The menu reflects that simplicity: folded eggs with avocado; a kingfish niçoise salad; and a breakfast plate with soft-boiled eggs, house baguette, saffron butter and Emmental cheese. Every dish is neat, fresh and unfussy. “I like doing the details myself,” Han admits. “It’s simple food, but it has to look just right.”

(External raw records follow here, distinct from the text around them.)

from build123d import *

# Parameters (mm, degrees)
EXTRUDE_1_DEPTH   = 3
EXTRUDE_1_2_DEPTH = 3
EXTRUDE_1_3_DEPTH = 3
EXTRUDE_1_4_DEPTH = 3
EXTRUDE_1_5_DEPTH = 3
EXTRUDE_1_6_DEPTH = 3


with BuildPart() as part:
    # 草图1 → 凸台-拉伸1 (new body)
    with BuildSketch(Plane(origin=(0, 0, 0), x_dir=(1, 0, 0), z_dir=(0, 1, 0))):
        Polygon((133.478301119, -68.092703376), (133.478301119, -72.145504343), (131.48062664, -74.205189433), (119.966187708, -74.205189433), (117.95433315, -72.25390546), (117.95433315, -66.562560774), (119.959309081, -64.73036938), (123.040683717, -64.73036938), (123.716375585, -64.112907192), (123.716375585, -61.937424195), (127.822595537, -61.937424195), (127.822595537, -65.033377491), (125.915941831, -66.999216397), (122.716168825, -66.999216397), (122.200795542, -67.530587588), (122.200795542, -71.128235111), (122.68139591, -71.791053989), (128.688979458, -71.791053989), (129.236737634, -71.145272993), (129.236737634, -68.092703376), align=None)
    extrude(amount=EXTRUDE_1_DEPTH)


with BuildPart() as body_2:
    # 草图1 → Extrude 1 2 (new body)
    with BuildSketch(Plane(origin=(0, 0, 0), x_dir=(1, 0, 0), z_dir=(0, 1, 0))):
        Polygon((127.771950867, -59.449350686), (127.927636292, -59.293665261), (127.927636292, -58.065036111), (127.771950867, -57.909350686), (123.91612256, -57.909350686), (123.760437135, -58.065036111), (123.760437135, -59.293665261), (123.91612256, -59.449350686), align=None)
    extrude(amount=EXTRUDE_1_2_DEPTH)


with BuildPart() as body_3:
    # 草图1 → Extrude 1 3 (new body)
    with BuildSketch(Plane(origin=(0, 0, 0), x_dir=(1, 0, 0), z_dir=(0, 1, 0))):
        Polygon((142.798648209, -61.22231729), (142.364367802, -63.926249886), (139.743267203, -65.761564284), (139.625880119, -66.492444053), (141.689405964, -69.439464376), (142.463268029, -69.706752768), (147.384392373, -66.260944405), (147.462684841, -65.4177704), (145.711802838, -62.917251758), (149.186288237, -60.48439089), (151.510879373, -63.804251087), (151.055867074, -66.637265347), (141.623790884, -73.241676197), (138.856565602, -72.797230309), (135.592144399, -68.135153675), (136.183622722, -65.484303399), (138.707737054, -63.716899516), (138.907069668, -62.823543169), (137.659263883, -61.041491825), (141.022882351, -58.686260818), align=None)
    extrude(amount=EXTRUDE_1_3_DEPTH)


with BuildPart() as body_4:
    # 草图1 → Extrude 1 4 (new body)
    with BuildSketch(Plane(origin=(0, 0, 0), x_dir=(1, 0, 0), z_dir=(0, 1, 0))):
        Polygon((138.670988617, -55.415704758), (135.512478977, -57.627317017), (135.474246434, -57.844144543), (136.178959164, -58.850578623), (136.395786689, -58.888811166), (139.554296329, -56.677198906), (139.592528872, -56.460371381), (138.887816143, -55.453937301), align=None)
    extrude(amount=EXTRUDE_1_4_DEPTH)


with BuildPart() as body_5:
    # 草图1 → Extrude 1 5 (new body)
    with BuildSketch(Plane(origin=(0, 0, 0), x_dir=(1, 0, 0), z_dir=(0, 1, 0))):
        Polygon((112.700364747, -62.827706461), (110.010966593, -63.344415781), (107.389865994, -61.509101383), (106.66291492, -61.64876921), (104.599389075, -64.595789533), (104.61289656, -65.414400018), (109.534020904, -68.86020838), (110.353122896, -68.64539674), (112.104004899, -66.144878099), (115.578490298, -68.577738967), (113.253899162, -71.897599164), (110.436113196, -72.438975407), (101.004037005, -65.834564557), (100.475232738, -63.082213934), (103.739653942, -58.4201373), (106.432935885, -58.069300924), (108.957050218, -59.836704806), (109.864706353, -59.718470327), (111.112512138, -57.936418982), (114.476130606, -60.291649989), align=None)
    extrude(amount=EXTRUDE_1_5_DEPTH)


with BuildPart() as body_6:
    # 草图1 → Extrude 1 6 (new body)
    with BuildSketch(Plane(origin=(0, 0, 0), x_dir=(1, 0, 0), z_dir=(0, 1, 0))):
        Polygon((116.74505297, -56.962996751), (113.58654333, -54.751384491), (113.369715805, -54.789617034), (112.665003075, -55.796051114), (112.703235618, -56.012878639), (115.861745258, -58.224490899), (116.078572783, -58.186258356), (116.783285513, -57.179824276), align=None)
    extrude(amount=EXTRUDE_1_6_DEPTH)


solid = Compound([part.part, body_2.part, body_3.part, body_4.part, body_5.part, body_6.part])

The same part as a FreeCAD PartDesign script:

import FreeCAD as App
import Part
import Sketcher
from FreeCAD import Vector
Q = App.Units.Quantity


def add_polygon(sketch, points):
    """Adds a closed chain of lines whose ends are joined by coincident constraints."""
    first, n = sketch.GeometryCount, len(points)
    for a, b in zip(points, points[1:] + points[:1]):
        sketch.addGeometry(Part.LineSegment(App.Vector(*a, 0), App.Vector(*b, 0)), False)
    for i in range(n):
        sketch.addConstraint(Sketcher.Constraint("Coincident", first + i, 2, first + (i + 1) % n, 1))

doc = App.newDocument("Part")
body = doc.addObject("PartDesign::Body", "Body")

sketch1 = body.newObject("Sketcher::SketchObject", "Sketch")
sketch1.AttachmentSupport = (doc.getObject("XZ_Plane"), [""])
sketch1.MapMode = "FlatFace"
add_polygon(sketch1, [(133.5, 72.1), (133.5, 68.1), (129.2, 68.1), (129.2, 71.1), (128.7, 71.8), (122.7, 71.8), (122.2, 71.1), (122.2, 67.5), (122.7, 67), (125.9, 67), (127.8, 65), (127.8, 61.9), (123.7, 61.9), (123.7, 64.1), (123, 64.7), (120, 64.7), (118, 66.6), (118, 72.3), (120, 74.2), (131.5, 74.2)])
sketch1.addConstraint([
    Sketcher.Constraint("Vertical", 0),
    Sketcher.Constraint("Horizontal", 1),
    Sketcher.Constraint("Vertical", 2),
    Sketcher.Constraint("Horizontal", 4),
    Sketcher.Constraint("Vertical", 6),
    Sketcher.Constraint("Horizontal", 8),
    Sketcher.Constraint("Vertical", 10),
    Sketcher.Constraint("Horizontal", 11),
    Sketcher.Constraint("Vertical", 12),
    Sketcher.Constraint("Horizontal", 14),
    Sketcher.Constraint("Vertical", 16),
    Sketcher.Constraint("Horizontal", 18),
    Sketcher.Constraint("Parallel", 7, 9),
    Sketcher.Constraint("Parallel", 13, 15),
    Sketcher.Constraint("Perpendicular", 9, 17),
    Sketcher.Constraint("Perpendicular", 17, 19),
    Sketcher.Constraint("DistanceY", 0, 2, 0, 1, 4.052801),
    Sketcher.Constraint("Distance", 3, 0.846801),
    Sketcher.Constraint("DistanceX", 11, 2, 11, 1, 4.10622),
    Sketcher.Constraint("DistanceX", 18, 1, 18, 2, 11.514439),
    Sketcher.Constraint("DistanceY", 2, 1, 2, 2, 3.05257),
    Sketcher.Constraint("DistanceX", -1, 1, 0, 2, 133.478301),
    Sketcher.Constraint("DistanceX", 5, 2, 4, 2, 0.4806),
    Sketcher.Constraint("DistanceX", 6, 2, 9, 2, 5.6218),
    Sketcher.Constraint("DistanceY", 6, 2, 17, 2, 6.674602),
    Sketcher.Constraint("Distance", 5, 0.818722),
    Sketcher.Constraint("Distance", 17, 2.802689),
    Sketcher.Constraint("Distance", 19, 2.869322),
    Sketcher.Constraint("DistanceX", 1, 2, 1, 1, 4.241563),
    Sketcher.Constraint("DistanceX", 4, 2, 4, 1, 6.007584),
    Sketcher.Constraint("DistanceX", 8, 1, 8, 2, 3.199773),
    Sketcher.Constraint("DistanceX", 14, 2, 14, 1, 3.081375),
    Sketcher.Constraint("DistanceY", 6, 2, 6, 1, 3.597648),
    Sketcher.Constraint("DistanceY", 10, 2, 10, 1, 3.095953),
    Sketcher.Constraint("DistanceY", 12, 1, 12, 2, 2.175483),
    Sketcher.Constraint("DistanceY", 16, 1, 16, 2, 5.691345),
    Sketcher.Constraint("DistanceX", -1, 1, 3, 2, 128.688979),
    Sketcher.Constraint("DistanceX", -1, 1, 7, 2, 122.716169),
    Sketcher.Constraint("DistanceY", -1, 1, 13, 2, 64.730369),
    Sketcher.Constraint("DistanceX", -1, 1, 14, 2, 119.959309),
])
pad1 = body.newObject("PartDesign::Pad", "Pad")
pad1.Profile = sketch1
pad1.Length = 3
pad1.Reversed = True
body2 = doc.addObject("PartDesign::Body", "Body001")

sketch2 = body2.newObject("Sketcher::SketchObject", "Sketch001")
sketch2.AttachmentSupport = (doc.getObject("XZ_Plane001"), [""])
sketch2.MapMode = "FlatFace"
add_polygon(sketch2, [(127.77, 59.45), (127.93, 59.29), (127.93, 58.07), (127.77, 57.91), (123.92, 57.91), (123.76, 58.07), (123.76, 59.29), (123.92, 59.45)])
sketch2.addConstraint([
    Sketcher.Constraint("Vertical", 1),
    Sketcher.Constraint("Horizontal", 3),
    Sketcher.Constraint("Vertical", 5),
    Sketcher.Constraint("Horizontal", 7),
    Sketcher.Constraint("Perpendicular", 0, 2),
    Sketcher.Constraint("Perpendicular", 2, 4),
    Sketcher.Constraint("Perpendicular", 4, 6),
    Sketcher.Constraint("Horizontal", 1, 2, 4, 2),
    Sketcher.Constraint("Horizontal", 0, 2, 5, 2),
    Sketcher.Constraint("Vertical", 3, 2, 6, 2),
    Sketcher.Constraint("Vertical", 2, 2, 7, 2),
    Sketcher.Constraint("DistanceY", 3, 2, 6, 2, 1.54),
    Sketcher.Constraint("DistanceX", 3, 2, 3, 1, 3.855828),
    Sketcher.Constraint("DistanceY", 1, 2, 1, 1, 1.228629),
    Sketcher.Constraint("DistanceX", -1, 1, 2, 2, 127.771951),
    Sketcher.Constraint("DistanceY", -1, 1, 2, 2, 57.909351),
])
pad2 = body2.newObject("PartDesign::Pad", "Pad001")
pad2.Profile = sketch2
pad2.Length = 3
pad2.Reversed = True
body3 = doc.addObject("PartDesign::Body", "Body002")

sketch3 = body3.newObject("Sketcher::SketchObject", "Sketch002")
sketch3.AttachmentSupport = (doc.getObject("XZ_Plane002"), [""])
sketch3.MapMode = "FlatFace"
add_polygon(sketch3, [(142.4, 63.9), (142.8, 61.2), (141, 58.7), (137.7, 61), (138.9, 62.8), (138.7, 63.7), (136.2, 65.5), (135.6, 68.1), (138.9, 72.8), (141.6, 73.2), (151.1, 66.6), (151.5, 63.8), (149.2, 60.5), (145.7, 62.9), (147.5, 65.4), (147.4, 66.3), (142.5, 69.7), (141.7, 69.4), (139.6, 66.5), (139.7, 65.8)])
sketch3.addConstraint([
    Sketcher.Constraint("Perpendicular", 1, 2),
    Sketcher.Constraint("Perpendicular", 2, 3),
    Sketcher.Constraint("Perpendicular", 3, 5),
    Sketcher.Constraint("Parallel", 4, 6),
    Sketcher.Constraint("Perpendicular", 5, 7),
    Sketcher.Constraint("Perpendicular", 0, 8),
    Sketcher.Constraint("Perpendicular", 7, 9),
    Sketcher.Constraint("Perpendicular", 8, 10),
    Sketcher.Constraint("Perpendicular", 9, 11),
    Sketcher.Constraint("Perpendicular", 11, 12),
    Sketcher.Constraint("Perpendicular", 12, 13),
    Sketcher.Constraint("Perpendicular", 13, 15),
    Sketcher.Constraint("Perpendicular", 15, 17),
    Sketcher.Constraint("Parallel", 10, 18),
    Sketcher.Constraint("Perpendicular", 17, 19),
    Sketcher.Constraint("Angle", 1, Q("-125 deg")),
    Sketcher.Constraint("DistanceY", 12, 2, 10, 2, 0.886999),
    Sketcher.Constraint("DistanceY", 12, 2, 19, 2, 1.008998),
    Sketcher.Constraint("Distance", 11, 4.052801),
    Sketcher.Constraint("Distance", 14, 0.846801),
    Sketcher.Constraint("DistanceY", -1, 1, 4, 2, 63.7169),
    Sketcher.Constraint("DistanceX", 2, 2, 7, 2, 1.197302),
    Sketcher.Constraint("DistanceY", 6, 2, 15, 2, 1.571599),
    Sketcher.Constraint("DistanceY", 3, 2, 17, 2, 3.668901),
    Sketcher.Constraint("DistanceY", 18, 2, 16, 2, 3.6779),
    Sketcher.Constraint("DistanceX", 18, 2, 19, 2, 2.621101),
    Sketcher.Constraint("DistanceX", 3, 2, 19, 2, 3.457298),
    Sketcher.Constraint("Distance", 2, 4.10622),
    Sketcher.Constraint("Distance", 8, 2.802689),
    Sketcher.Constraint("Distance", 9, 11.514439),
    Sketcher.Constraint("Distance", 10, 2.869322),
    Sketcher.Constraint("Distance", 13, 3.05257),
    Sketcher.Constraint("Distance", 16, 0.818722),
    Sketcher.Constraint("DistanceX", -1, 1, 0, 2, 142.798648),
    Sketcher.Constraint("DistanceY", -1, 1, 1, 2, 58.686261),
    Sketcher.Constraint("DistanceX", -1, 1, 3, 2, 138.90707),
    Sketcher.Constraint("DistanceY", -1, 1, 7, 2, 72.79723),
    Sketcher.Constraint("DistanceX", -1, 1, 8, 2, 141.623791),
    Sketcher.Constraint("DistanceX", -1, 1, 15, 2, 142.463268),
    Sketcher.Constraint("DistanceX", 4, 2, 0, 2, 4.090911),
])
pad3 = body3.newObject("PartDesign::Pad", "Pad002")
pad3.Profile = sketch3
pad3.Length = 3
pad3.Reversed = True
body4 = doc.addObject("PartDesign::Body", "Body003")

But it’s the relatively out-there charcoal croissants that have brought in the crowds. The inky-black pastries are inspired by popular viennoiseries found in Seoul, where Han runs four pizza shops and Melbourne-style brunch cafe Ummd. During a blind tasting, you’d be hard-pressed to tell the difference between a regular croissant and a charcoal croissant. The charcoal is mostly used for aesthetics, with Han taking inspiration from Korean cafes such as Gentle Monster’s dessert brand Nudake, known for coloured doughs and stark gothic colour combinations.
“I wanted to bring some of the energy of Seoul and Tokyo cafes to Melbourne,” Han says. “Melbourne deserves that.”
A Melbourne-brunch-inspired charcoal croissant topped with ricotta, berry coulis, fresh figs and honey is the runaway hit. On one day of trade, Han says the team sold 150. It’s joined by a matcha-topped charcoal croissant with custard and shards of matcha butter, and an equally dramatic black cocoa version.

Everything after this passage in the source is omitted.